It does sound like a great place for bright and motivated people, but it also
sounds hard and grinding, plus you might have to get into debt and/or you
might not get in.

If I had the opportunity and the means, I'd probably do it :)

------
argonaut
Let me add to my previous answer. There is no ideal.

Some pros for MIT (not all deal with CS):

1\. great research opportunities for undergrads

2\. you'll be surrounded by lots of smart, technical people (and TONS of CS
people as well).

3\. great recruiting for big tech companies and large and mid-size startups.

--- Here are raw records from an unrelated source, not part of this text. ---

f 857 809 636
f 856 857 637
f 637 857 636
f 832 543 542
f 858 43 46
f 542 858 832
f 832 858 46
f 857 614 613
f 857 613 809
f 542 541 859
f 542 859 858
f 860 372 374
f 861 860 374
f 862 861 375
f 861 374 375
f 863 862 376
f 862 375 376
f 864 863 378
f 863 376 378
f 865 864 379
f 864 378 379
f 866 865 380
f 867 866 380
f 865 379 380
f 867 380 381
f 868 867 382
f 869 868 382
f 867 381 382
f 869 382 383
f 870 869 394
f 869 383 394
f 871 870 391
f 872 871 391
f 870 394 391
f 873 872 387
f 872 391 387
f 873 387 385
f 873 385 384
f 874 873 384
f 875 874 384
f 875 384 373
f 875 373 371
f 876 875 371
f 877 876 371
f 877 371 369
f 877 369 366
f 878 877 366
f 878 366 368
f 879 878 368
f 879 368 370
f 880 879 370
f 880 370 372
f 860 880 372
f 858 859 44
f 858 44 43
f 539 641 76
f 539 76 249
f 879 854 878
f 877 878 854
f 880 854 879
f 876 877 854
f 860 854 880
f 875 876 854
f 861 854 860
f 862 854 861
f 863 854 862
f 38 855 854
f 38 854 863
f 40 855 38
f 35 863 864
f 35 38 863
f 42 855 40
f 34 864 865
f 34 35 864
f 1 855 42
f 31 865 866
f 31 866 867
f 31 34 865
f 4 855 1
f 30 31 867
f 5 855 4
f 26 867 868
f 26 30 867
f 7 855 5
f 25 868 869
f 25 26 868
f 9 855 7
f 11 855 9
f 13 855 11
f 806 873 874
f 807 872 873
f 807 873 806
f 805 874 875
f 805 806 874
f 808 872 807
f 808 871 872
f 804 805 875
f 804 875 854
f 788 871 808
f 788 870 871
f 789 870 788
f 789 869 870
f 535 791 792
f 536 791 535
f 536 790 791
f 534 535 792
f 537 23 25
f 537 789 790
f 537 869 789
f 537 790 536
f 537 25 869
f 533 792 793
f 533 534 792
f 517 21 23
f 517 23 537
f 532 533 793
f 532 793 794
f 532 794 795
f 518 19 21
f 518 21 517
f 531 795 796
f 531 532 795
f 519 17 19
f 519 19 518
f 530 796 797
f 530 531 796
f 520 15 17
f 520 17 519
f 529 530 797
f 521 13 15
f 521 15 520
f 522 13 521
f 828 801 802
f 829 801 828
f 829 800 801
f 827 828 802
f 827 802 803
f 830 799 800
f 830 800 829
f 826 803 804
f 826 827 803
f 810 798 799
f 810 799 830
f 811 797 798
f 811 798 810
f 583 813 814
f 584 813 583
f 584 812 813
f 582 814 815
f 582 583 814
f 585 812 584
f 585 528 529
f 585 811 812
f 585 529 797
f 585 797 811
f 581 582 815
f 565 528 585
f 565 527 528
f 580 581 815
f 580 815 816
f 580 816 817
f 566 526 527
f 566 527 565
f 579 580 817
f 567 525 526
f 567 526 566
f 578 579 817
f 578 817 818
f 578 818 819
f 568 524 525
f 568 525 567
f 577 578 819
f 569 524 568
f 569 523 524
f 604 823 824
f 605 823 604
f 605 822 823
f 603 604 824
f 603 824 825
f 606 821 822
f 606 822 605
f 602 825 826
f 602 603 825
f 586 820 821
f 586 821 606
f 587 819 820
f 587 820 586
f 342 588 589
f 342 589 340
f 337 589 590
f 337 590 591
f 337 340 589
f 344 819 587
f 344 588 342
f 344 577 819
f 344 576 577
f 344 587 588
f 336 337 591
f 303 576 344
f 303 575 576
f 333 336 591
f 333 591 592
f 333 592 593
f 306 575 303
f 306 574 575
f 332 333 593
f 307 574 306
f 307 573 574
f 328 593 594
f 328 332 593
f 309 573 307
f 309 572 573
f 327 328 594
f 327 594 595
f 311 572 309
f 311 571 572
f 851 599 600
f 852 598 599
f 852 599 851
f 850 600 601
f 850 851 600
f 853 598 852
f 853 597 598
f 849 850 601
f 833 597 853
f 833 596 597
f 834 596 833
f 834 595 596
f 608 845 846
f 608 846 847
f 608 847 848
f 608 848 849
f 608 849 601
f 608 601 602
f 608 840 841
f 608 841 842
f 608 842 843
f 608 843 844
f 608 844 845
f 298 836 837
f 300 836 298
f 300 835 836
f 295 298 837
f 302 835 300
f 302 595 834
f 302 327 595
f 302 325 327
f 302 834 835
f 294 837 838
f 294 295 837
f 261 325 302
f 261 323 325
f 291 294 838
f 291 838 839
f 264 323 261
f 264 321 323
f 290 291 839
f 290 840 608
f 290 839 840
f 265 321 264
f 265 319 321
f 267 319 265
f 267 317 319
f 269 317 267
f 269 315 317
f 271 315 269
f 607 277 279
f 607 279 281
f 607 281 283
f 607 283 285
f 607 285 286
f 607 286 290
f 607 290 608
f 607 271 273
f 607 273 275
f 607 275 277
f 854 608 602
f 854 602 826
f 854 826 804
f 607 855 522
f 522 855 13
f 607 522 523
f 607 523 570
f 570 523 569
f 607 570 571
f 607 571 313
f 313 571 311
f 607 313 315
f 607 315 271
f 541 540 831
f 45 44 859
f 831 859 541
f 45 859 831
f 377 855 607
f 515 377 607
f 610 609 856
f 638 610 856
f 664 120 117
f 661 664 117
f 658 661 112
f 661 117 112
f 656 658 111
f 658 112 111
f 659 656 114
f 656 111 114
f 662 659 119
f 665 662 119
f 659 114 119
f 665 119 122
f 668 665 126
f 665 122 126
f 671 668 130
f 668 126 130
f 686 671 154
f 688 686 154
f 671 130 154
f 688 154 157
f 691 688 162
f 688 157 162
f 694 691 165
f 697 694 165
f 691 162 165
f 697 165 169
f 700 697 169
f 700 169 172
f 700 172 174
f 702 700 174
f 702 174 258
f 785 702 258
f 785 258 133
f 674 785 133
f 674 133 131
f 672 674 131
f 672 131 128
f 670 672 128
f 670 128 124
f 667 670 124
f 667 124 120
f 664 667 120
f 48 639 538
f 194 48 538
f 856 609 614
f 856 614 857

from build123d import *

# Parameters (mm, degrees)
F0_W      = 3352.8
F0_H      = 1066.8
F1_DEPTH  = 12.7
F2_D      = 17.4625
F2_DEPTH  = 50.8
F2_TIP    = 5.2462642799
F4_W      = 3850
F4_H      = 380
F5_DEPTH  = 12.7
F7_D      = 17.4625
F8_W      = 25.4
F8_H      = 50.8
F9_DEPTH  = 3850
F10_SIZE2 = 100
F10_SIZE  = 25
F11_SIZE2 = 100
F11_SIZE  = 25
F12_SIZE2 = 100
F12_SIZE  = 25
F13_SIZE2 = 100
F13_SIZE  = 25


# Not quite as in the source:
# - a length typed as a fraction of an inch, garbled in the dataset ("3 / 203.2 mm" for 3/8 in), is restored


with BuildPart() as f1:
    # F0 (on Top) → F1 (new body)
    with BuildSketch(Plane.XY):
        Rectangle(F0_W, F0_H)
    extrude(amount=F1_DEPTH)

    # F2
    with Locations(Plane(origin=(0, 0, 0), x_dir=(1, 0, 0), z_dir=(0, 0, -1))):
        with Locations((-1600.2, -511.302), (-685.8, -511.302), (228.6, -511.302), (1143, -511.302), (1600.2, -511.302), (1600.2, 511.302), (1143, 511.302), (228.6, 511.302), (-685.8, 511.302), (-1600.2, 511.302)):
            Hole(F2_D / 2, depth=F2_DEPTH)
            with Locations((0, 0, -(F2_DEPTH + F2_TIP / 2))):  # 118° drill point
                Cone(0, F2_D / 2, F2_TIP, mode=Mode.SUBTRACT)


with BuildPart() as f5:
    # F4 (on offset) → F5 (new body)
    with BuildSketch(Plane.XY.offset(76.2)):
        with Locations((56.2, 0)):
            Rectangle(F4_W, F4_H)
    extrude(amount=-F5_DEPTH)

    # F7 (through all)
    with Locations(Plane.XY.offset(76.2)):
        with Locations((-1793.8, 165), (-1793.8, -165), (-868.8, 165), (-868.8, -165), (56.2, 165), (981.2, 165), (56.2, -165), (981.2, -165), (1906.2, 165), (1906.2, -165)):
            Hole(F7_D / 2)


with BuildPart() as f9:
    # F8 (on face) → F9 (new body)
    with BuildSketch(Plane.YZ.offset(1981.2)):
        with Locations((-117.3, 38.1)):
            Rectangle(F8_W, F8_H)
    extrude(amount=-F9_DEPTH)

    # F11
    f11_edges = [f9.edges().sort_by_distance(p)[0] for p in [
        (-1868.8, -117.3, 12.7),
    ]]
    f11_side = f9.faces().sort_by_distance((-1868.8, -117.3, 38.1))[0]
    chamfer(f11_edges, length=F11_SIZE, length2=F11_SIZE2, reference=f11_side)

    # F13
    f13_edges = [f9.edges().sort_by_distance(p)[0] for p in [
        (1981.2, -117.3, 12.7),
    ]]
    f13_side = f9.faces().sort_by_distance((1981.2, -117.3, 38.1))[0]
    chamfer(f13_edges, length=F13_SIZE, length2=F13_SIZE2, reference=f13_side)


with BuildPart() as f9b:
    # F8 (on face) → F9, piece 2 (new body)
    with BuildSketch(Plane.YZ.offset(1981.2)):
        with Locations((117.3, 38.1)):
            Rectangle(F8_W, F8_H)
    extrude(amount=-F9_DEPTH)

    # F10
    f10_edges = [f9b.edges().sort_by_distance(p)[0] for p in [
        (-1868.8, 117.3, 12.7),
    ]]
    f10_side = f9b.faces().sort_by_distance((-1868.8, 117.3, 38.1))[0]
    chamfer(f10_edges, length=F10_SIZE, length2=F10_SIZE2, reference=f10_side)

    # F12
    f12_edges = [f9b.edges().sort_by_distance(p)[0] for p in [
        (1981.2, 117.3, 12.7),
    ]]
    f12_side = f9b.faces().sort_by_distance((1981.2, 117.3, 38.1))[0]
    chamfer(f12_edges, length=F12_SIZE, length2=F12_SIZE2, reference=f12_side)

4\. Boston/Cambridge is a really great city for college students (there are so
many of them).

Some cons:

1\. The Boston startup scene is much less active compared to SV (which also
means less small startup recruiting).

2\. You are required to take a lot of classes you might not really find useful
or enjoyable (physics, chemistry, etc.)

3\. The social scene can be a bit of a mixed bag. There are a lot of different
social circles.

And the biggest con, I believe:

4\. MIT classes will grind you down with work. You will have a lot less time
to work on side projects / startup ideas while at MIT.

------
18pfsmt
Does anyone else find it odd that the OP is using "a ideal?"

I realize we are not all native English speakers, but this kind of crap just
kills me while reading HN. I normally keep it to myself, but since this post
pertains to education I thought it relevant.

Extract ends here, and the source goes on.